I don't have exact numbers, but I'm pretty sure you can get significant discounts starting around 100 parts. So not much at all.
Another thing to note is you can already get parts for significant discounts in 1-off quantities through legit Chinese distributors like LCSC. For example, a XC7A35T-2FGG484I is 90$ on Digikey and 20$ at LCSC. I think a personalized deal for that part would be cheaper than 20$ though...
Imagine for instance hard real time tasks, each one task running on its own separate core.
He also did run into a similar problem that I ran into when I tried something like that as well: Sound Chips. Building a system around a Yamaha FM Synthesizer is perfect, but I found as well that most of the chips out there are broken, fake, or both and that no one else makes them anymore. Which makes sense because if you want a sound chip in this day, you use an AC97 or HD Audio codec and call it a day, but that goes against that spirit.
I think that the spirit on hobby electronics is really found in FPGAs these days instead of rarer and rarer DIP parts. Which is a bit sad, but I guess that's just the passage of time. I wonder if that's how some people felt in the 70s when CPUs replaced many distinct layouts, or if they rejoiced and embraced it instead.
I've given up trying to build a system on a breadboard and think that MiSTer is the modern equivalent of that.
Microcontrollers have taken over. When 8kB SRAM and 20MHz microcontrollers exist below 50-cents and at miniscule 25mm^2 chip sizes drawing only 500uA of current... there's very little reason to use a collection of 30 chips to do equivalent functionality.

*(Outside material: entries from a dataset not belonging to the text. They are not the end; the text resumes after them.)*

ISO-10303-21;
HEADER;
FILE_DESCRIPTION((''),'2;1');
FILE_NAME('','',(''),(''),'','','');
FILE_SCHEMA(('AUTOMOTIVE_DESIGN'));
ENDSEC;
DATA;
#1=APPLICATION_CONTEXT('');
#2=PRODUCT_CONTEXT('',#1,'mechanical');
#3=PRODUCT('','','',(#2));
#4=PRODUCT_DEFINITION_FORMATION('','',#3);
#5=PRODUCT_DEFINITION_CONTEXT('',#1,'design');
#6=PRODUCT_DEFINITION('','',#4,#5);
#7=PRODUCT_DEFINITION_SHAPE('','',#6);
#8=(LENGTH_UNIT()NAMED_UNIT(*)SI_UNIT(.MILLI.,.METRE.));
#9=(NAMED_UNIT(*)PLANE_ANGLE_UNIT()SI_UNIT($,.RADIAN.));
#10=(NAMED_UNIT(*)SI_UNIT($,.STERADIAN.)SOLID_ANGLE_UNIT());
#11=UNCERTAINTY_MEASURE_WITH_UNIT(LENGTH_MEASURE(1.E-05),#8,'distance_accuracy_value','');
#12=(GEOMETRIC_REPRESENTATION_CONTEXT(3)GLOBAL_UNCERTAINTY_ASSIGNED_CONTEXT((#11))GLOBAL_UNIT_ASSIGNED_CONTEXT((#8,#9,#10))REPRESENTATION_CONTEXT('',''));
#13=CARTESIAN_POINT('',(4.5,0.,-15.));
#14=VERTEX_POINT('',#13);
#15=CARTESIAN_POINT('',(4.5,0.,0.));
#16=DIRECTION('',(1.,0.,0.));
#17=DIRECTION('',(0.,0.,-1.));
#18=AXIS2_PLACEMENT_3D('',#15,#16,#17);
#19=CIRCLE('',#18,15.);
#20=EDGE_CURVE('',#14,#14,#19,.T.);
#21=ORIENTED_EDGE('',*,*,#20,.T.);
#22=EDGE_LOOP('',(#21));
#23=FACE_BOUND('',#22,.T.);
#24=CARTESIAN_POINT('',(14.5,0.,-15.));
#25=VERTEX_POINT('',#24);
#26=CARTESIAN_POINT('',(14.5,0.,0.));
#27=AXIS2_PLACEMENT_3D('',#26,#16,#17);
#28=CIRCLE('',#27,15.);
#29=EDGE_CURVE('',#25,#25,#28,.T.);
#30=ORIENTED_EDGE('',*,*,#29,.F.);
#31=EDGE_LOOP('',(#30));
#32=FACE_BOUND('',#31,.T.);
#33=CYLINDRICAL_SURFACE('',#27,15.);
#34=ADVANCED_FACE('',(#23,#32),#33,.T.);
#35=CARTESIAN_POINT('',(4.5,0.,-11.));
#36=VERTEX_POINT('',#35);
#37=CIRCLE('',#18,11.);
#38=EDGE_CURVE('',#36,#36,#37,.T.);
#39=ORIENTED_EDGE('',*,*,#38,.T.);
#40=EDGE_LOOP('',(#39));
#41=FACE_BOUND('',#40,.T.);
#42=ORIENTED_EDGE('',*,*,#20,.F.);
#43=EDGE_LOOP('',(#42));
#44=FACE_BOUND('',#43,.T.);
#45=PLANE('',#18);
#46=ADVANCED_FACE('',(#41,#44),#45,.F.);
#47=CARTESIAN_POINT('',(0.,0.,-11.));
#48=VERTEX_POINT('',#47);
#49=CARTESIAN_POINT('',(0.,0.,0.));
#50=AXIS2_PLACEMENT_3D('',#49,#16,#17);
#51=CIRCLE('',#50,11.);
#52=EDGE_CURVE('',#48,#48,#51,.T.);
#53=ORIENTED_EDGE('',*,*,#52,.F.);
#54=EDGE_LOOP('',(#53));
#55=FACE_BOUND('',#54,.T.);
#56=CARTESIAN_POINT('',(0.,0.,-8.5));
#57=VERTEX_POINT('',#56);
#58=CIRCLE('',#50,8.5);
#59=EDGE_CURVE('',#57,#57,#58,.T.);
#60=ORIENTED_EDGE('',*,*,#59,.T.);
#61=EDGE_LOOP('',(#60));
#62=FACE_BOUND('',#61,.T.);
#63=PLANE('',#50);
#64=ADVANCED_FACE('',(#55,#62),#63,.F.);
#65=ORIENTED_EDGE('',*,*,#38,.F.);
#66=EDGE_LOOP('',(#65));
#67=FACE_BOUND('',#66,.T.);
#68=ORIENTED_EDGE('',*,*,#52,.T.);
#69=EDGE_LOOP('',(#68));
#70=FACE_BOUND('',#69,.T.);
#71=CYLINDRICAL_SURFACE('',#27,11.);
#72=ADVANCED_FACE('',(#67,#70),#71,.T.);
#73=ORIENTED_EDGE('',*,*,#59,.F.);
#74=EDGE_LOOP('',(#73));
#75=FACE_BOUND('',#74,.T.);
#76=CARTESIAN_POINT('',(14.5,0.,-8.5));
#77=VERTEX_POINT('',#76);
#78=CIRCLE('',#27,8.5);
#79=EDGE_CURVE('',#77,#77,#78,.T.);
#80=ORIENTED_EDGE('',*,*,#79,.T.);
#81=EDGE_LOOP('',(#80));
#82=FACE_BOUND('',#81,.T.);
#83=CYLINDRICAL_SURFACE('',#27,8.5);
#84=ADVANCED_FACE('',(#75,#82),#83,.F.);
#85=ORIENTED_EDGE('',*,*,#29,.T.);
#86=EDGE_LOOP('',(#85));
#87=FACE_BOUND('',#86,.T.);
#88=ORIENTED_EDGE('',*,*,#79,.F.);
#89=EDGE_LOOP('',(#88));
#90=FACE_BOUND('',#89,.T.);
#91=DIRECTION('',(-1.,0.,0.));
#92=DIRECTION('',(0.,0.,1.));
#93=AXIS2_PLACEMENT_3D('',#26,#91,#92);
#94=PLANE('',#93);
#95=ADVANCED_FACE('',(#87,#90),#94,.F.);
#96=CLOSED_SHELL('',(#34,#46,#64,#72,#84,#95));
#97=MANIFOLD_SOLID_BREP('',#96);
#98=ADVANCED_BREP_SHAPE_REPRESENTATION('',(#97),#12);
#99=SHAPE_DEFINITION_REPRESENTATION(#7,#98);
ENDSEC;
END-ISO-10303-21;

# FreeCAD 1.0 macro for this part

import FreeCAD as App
import Part
import Sketcher
Q = App.Units.Quantity


def add_polygon(sketch, points):
    """Adds a closed chain of lines whose ends are joined by coincident constraints."""
    first, n = sketch.GeometryCount, len(points)
    for a, b in zip(points, points[1:] + points[:1]):
        sketch.addGeometry(Part.LineSegment(App.Vector(*a, 0), App.Vector(*b, 0)), False)
    for i in range(n):
        sketch.addConstraint(Sketcher.Constraint("Coincident", first + i, 2, first + (i + 1) % n, 1))

doc = App.newDocument("Part")
params = doc.addObject("Spreadsheet::Sheet", "Params")
for row, (alias, value) in enumerate([
    ("sketch1_width", "10 mm"),
    ("sketch1_height", "4 mm"),
    ("sketch1_width2", "14.5 mm"),
    ("sketch1_height2", "2.5 mm"),
    ("revolution_angle", "360 deg"),
], start=1):
    params.set(f"A{row}", alias)
    params.set(f"B{row}", "=" + value)
    params.setAlias(f"B{row}", alias)

body = doc.addObject("PartDesign::Body", "Body")

sketch1 = body.newObject("Sketcher::SketchObject", "Sketch")
sketch1.AttachmentSupport = (doc.getObject("XY_Plane"), [""])
sketch1.MapMode = "FlatFace"
add_polygon(sketch1, [(0, 11), (0, 8.5), (14.5, 8.5), (14.5, 15), (4.5, 15), (4.5, 11)])
sketch1.addConstraint(Sketcher.Constraint("Vertical", 0))
sketch1.addConstraint(Sketcher.Constraint("Horizontal", 1))
sketch1.addConstraint(Sketcher.Constraint("Vertical", 2))
sketch1.addConstraint(Sketcher.Constraint("Horizontal", 3))
sketch1.addConstraint(Sketcher.Constraint("Vertical", 4))
sketch1.addConstraint(Sketcher.Constraint("Horizontal", 5))
sketch1.addConstraint(Sketcher.Constraint("PointOnObject", 0, 2, -2))
sketch1.addConstraint(Sketcher.Constraint("DistanceX", 3, 2, 3, 1, Q("10 mm")))
sketch1.addConstraint(Sketcher.Constraint("DistanceY", 4, 2, 4, 1, Q("4 mm")))
sketch1.addConstraint(Sketcher.Constraint("DistanceX", 1, 1, 1, 2, Q("14.5 mm")))
sketch1.addConstraint(Sketcher.Constraint("DistanceY", 0, 2, 0, 1, Q("2.5 mm")))
sketch1.addConstraint(Sketcher.Constraint("DistanceY", -1, 1, 2, 2, Q("15 mm")))
sketch1.setExpression("Constraints[13]", "Params.sketch1_width")
sketch1.setExpression("Constraints[14]", "Params.sketch1_height")
sketch1.setExpression("Constraints[15]", "Params.sketch1_width2")
sketch1.setExpression("Constraints[16]", "Params.sketch1_height2")
revolution = body.newObject("PartDesign::Revolution", "Revolution")
revolution.Profile = sketch1
revolution.ReferenceAxis = (sketch1, ["H_Axis"])
revolution.setExpression("Angle", "Params.revolution_angle")

doc.recompute()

Except performance. If you need performance then bam, FPGA land comes in and Zynq just has too much performance at too low a cost (though not quite as low as the microcontroller gang).
----------
Hobby Electronics is great now. You have so many usable parts at very low costs. A lot of problems are "solved" yes, but that's a good thing. That means you can focus on solving your hobby problem rather than trying to invent a new display driver or something.
I do think some people that remember fondly the user experience of those old machines might be better served by using modern machines (like a raspberry pi or even a standard pc) in a different way instead of trying to use old hardware. That's from the good old Turing machine universality (you can simulate practically any machine you like using newer hardware, if what you're interested in is software). You can even add artificial limitations like PICO-8 or TIC-80 does.
See also uxn:
and (WIP) picotron:
https://www.lexaloffle.com/picotron.php
I think there's a general concept here of making 'Operating environments' that are pleasant to work within (or have fun limitations), which I think are more practical than a dedicated Operating System optionally with a dedicated machine. Plus (unless you particularly want to!) you don't need to worry about all the complex parts of operating systems like network stacks, drivers and such.

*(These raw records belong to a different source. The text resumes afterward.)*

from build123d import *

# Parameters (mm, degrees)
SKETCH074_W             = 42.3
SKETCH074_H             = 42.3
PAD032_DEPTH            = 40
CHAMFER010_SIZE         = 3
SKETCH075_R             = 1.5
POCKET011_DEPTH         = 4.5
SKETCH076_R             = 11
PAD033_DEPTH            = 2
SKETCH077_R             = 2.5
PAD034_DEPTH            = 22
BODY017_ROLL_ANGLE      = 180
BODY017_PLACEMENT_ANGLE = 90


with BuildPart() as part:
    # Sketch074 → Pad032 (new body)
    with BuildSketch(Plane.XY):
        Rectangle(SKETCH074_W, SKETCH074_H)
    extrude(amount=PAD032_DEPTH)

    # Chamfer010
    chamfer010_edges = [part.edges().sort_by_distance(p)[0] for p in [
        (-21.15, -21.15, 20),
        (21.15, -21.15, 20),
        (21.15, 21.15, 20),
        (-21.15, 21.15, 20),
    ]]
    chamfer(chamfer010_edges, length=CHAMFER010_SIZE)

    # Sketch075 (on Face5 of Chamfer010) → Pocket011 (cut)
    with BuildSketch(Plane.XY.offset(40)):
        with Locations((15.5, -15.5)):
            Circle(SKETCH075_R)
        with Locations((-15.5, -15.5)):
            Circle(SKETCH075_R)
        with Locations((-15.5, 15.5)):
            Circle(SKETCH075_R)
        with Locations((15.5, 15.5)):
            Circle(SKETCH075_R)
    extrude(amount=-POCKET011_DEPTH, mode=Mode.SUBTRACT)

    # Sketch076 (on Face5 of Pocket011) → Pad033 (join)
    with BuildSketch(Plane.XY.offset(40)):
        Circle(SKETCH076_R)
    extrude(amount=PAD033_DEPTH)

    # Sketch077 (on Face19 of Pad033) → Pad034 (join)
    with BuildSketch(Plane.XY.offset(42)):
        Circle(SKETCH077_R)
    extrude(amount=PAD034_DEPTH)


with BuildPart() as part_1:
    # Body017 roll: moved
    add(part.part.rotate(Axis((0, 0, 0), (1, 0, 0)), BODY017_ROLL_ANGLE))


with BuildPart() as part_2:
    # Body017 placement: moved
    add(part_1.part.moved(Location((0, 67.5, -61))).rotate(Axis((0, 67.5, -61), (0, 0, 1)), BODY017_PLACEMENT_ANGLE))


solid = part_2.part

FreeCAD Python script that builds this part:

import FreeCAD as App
import Part
import Sketcher
from FreeCAD import Vector
Q = App.Units.Quantity


def edges_at(feature, points):
    """Names of the edges that pass closest to the given points."""
    edges = feature.Shape.Edges
    near = lambda p: min(range(len(edges)), key=lambda i: edges[i].distToShape(Part.Vertex(*p))[0])
    return sorted({f"Edge{near(p) + 1}" for p in points})

doc = App.newDocument("Part")
body = doc.addObject("PartDesign::Body", "Body")

sketch1 = body.newObject("Sketcher::SketchObject", "Sketch")
sketch1.AttachmentSupport = (doc.getObject("XY_Plane"), [""])
sketch1.MapMode = "FlatFace"
sketch1.addGeometry(Part.LineSegment(Vector(-21.15, 21.15, 0), Vector(-21.15, -21.15, 0)), False)
sketch1.addGeometry(Part.LineSegment(Vector(-21.15, -21.15, 0), Vector(21.15, -21.15, 0)), False)
sketch1.addGeometry(Part.LineSegment(Vector(21.15, -21.15, 0), Vector(21.15, 21.15, 0)), False)
sketch1.addGeometry(Part.LineSegment(Vector(21.15, 21.15, 0), Vector(-21.15, 21.15, 0)), False)
sketch1.addConstraint(Sketcher.Constraint("Coincident", 0, 2, 1, 1))
sketch1.addConstraint(Sketcher.Constraint("Coincident", 1, 2, 2, 1))
sketch1.addConstraint(Sketcher.Constraint("Coincident", 2, 2, 3, 1))
sketch1.addConstraint(Sketcher.Constraint("Coincident", 3, 2, 0, 1))
sketch1.addConstraint(Sketcher.Constraint("Vertical", 0))
sketch1.addConstraint(Sketcher.Constraint("Horizontal", 1))
sketch1.addConstraint(Sketcher.Constraint("Vertical", 2))
sketch1.addConstraint(Sketcher.Constraint("Horizontal", 3))
sketch1.addConstraint(Sketcher.Constraint("Symmetric", 0, 2, 2, 2, -1, 1))
sketch1.addConstraint(Sketcher.Constraint("Equal", 3, 0))
sketch1.addConstraint(Sketcher.Constraint("DistanceX", 1, 1, 1, 2, Q("42.3 mm")))
pad1 = body.newObject("PartDesign::Pad", "Pad")
pad1.Profile = sketch1
pad1.Length = 40
doc.recompute()

chamfer = body.newObject("PartDesign::Chamfer", "Chamfer")
chamfer.Base = (pad1, edges_at(pad1, [
    (-21.15, -21.15, 20),
    (21.15, -21.15, 20),
    (21.15, 21.15, 20),
    (-21.15, 21.15, 20),
]))
chamfer.Size = 3

sketch2 = body.newObject("Sketcher::SketchObject", "Sketch001")
sketch2.AttachmentSupport = (doc.getObject("XY_Plane"), [""])
sketch2.MapMode = "FlatFace"
sketch2.AttachmentOffset = App.Placement(Vector(0, 0, 40), App.Rotation())
sketch2.addGeometry(Part.Circle(Vector(15.5, -15.5, 0), Vector(0, 0, 1), 1.5), False)
sketch2.addGeometry(Part.Circle(Vector(-15.5, -15.5, 0), Vector(0, 0, 1), 1.5), False)
sketch2.addGeometry(Part.Circle(Vector(-15.5, 15.5, 0), Vector(0, 0, 1), 1.5), False)
sketch2.addGeometry(Part.Circle(Vector(15.5, 15.5, 0), Vector(0, 0, 1), 1.5), False)
sketch2.addConstraint(Sketcher.Constraint("Equal", 0, 1))
sketch2.addConstraint(Sketcher.Constraint("Equal", 1, 2))
sketch2.addConstraint(Sketcher.Constraint("Equal", 2, 3))
sketch2.addConstraint(Sketcher.Constraint("Symmetric", 0, 3, 2, 3, -1, 1))
sketch2.addConstraint(Sketcher.Constraint("Symmetric", 1, 3, 3, 3, -1, 1))
sketch2.addConstraint(Sketcher.Constraint("Symmetric", 0, 3, 1, 3, -2))
sketch2.addConstraint(Sketcher.Constraint("Diameter", 0, Q("3 mm")))
sketch2.addConstraint(Sketcher.Constraint("DistanceX", 1, 3, 0, 3, Q("31 mm")))
sketch2.addConstraint(Sketcher.Constraint("DistanceY", 1, 3, 2, 3, Q("31 mm")))
pocket1 = body.newObject("PartDesign::Pocket", "Pocket")
pocket1.Profile = sketch2
pocket1.Length = 4.5

sketch3 = body.newObject("Sketcher::SketchObject", "Sketch002")
sketch3.AttachmentSupport = (doc.getObject("XY_Plane"), [""])
sketch3.MapMode = "FlatFace"
sketch3.AttachmentOffset = App.Placement(Vector(0, 0, 40), App.Rotation())
sketch3.addGeometry(Part.Circle(Vector(0, 0, 0), Vector(0, 0, 1), 11), False)
sketch3.addConstraint(Sketcher.Constraint("Coincident", 0, 3, -1, 1))
sketch3.addConstraint(Sketcher.Constraint("Diameter", 0, Q("22 mm")))
pad2 = body.newObject("PartDesign::Pad", "Pad001")
pad2.Profile = sketch3
pad2.Length = 2

sketch4 = body.newObject("Sketcher::SketchObject", "Sketch003")
sketch4.AttachmentSupport = (doc.getObject("XY_Plane"), [""])
sketch4.MapMode = "FlatFace"
sketch4.AttachmentOffset = App.Placement(Vector(0, 0, 42), App.Rotation())
sketch4.addGeometry(Part.Circle(Vector(0, 0, 0), Vector(0, 0, 1), 2.5), False)
sketch4.addConstraint(Sketcher.Constraint("Coincident", 0, 3, -1, 1))
sketch4.addConstraint(Sketcher.Constraint("Diameter", 0, Q("5 mm")))
pad3 = body.newObject("PartDesign::Pad", "Pad002")
pad3.Profile = sketch4
pad3.Length = 22
body2 = doc.addObject("PartDesign::Body", "Body001")
doc.recompute()

body.Placement = App.Placement(Vector(0, 0, 0), App.Rotation(Vector(1, 0, 0), 180))
boolean = body2.newObject("PartDesign::Boolean", "Boolean")
boolean.Type = "Fuse"
boolean.addObjects([body])
body3 = doc.addObject("PartDesign::Body", "Body002")
doc.recompute()

body2.Placement = App.Placement(Vector(0, 67.5, -61), App.Rotation(Vector(0, 0, 1), 90))
boolean2 = body3.newObject("PartDesign::Boolean", "Boolean001")
boolean2.Type = "Fuse"
boolean2.addObjects([body2])

doc.recompute()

[1] Maybe we should call that Hobby universality (or immortality?) :P If it's already been made/discovered, you can always make it again just for fun.
Edit: found it! https://excamera.com/sphinx/gameduino/index.html
A FPGA is really just the right tool for solving the video problem. Or some projects do it with a micro-controller. But it's sort of too bad as it kind of undercuts the spirit of the whole design. If you video processor is orders of magnitude more powerful than the rest of the computer, then one starts to ask why not just implement the entire computer inside the video processor?
And yeah, you can't really buy sprite-based video chips anymore, and you don't even have to worry about stuff like "Sprites per Scanline" because you can get a proper framebuffer for essentially free - but now you might as well go further and use one microprocessor to be the CPU, GPU, and FM Synthesizer Sound Chip and "just" add the logic to generate the actual video/audio signals.
https://github.com/studio8502/Sentinel-65X
It's not yet a deliverable product but watching the developers work on it has been an entertaining part of my doomscrolling diet.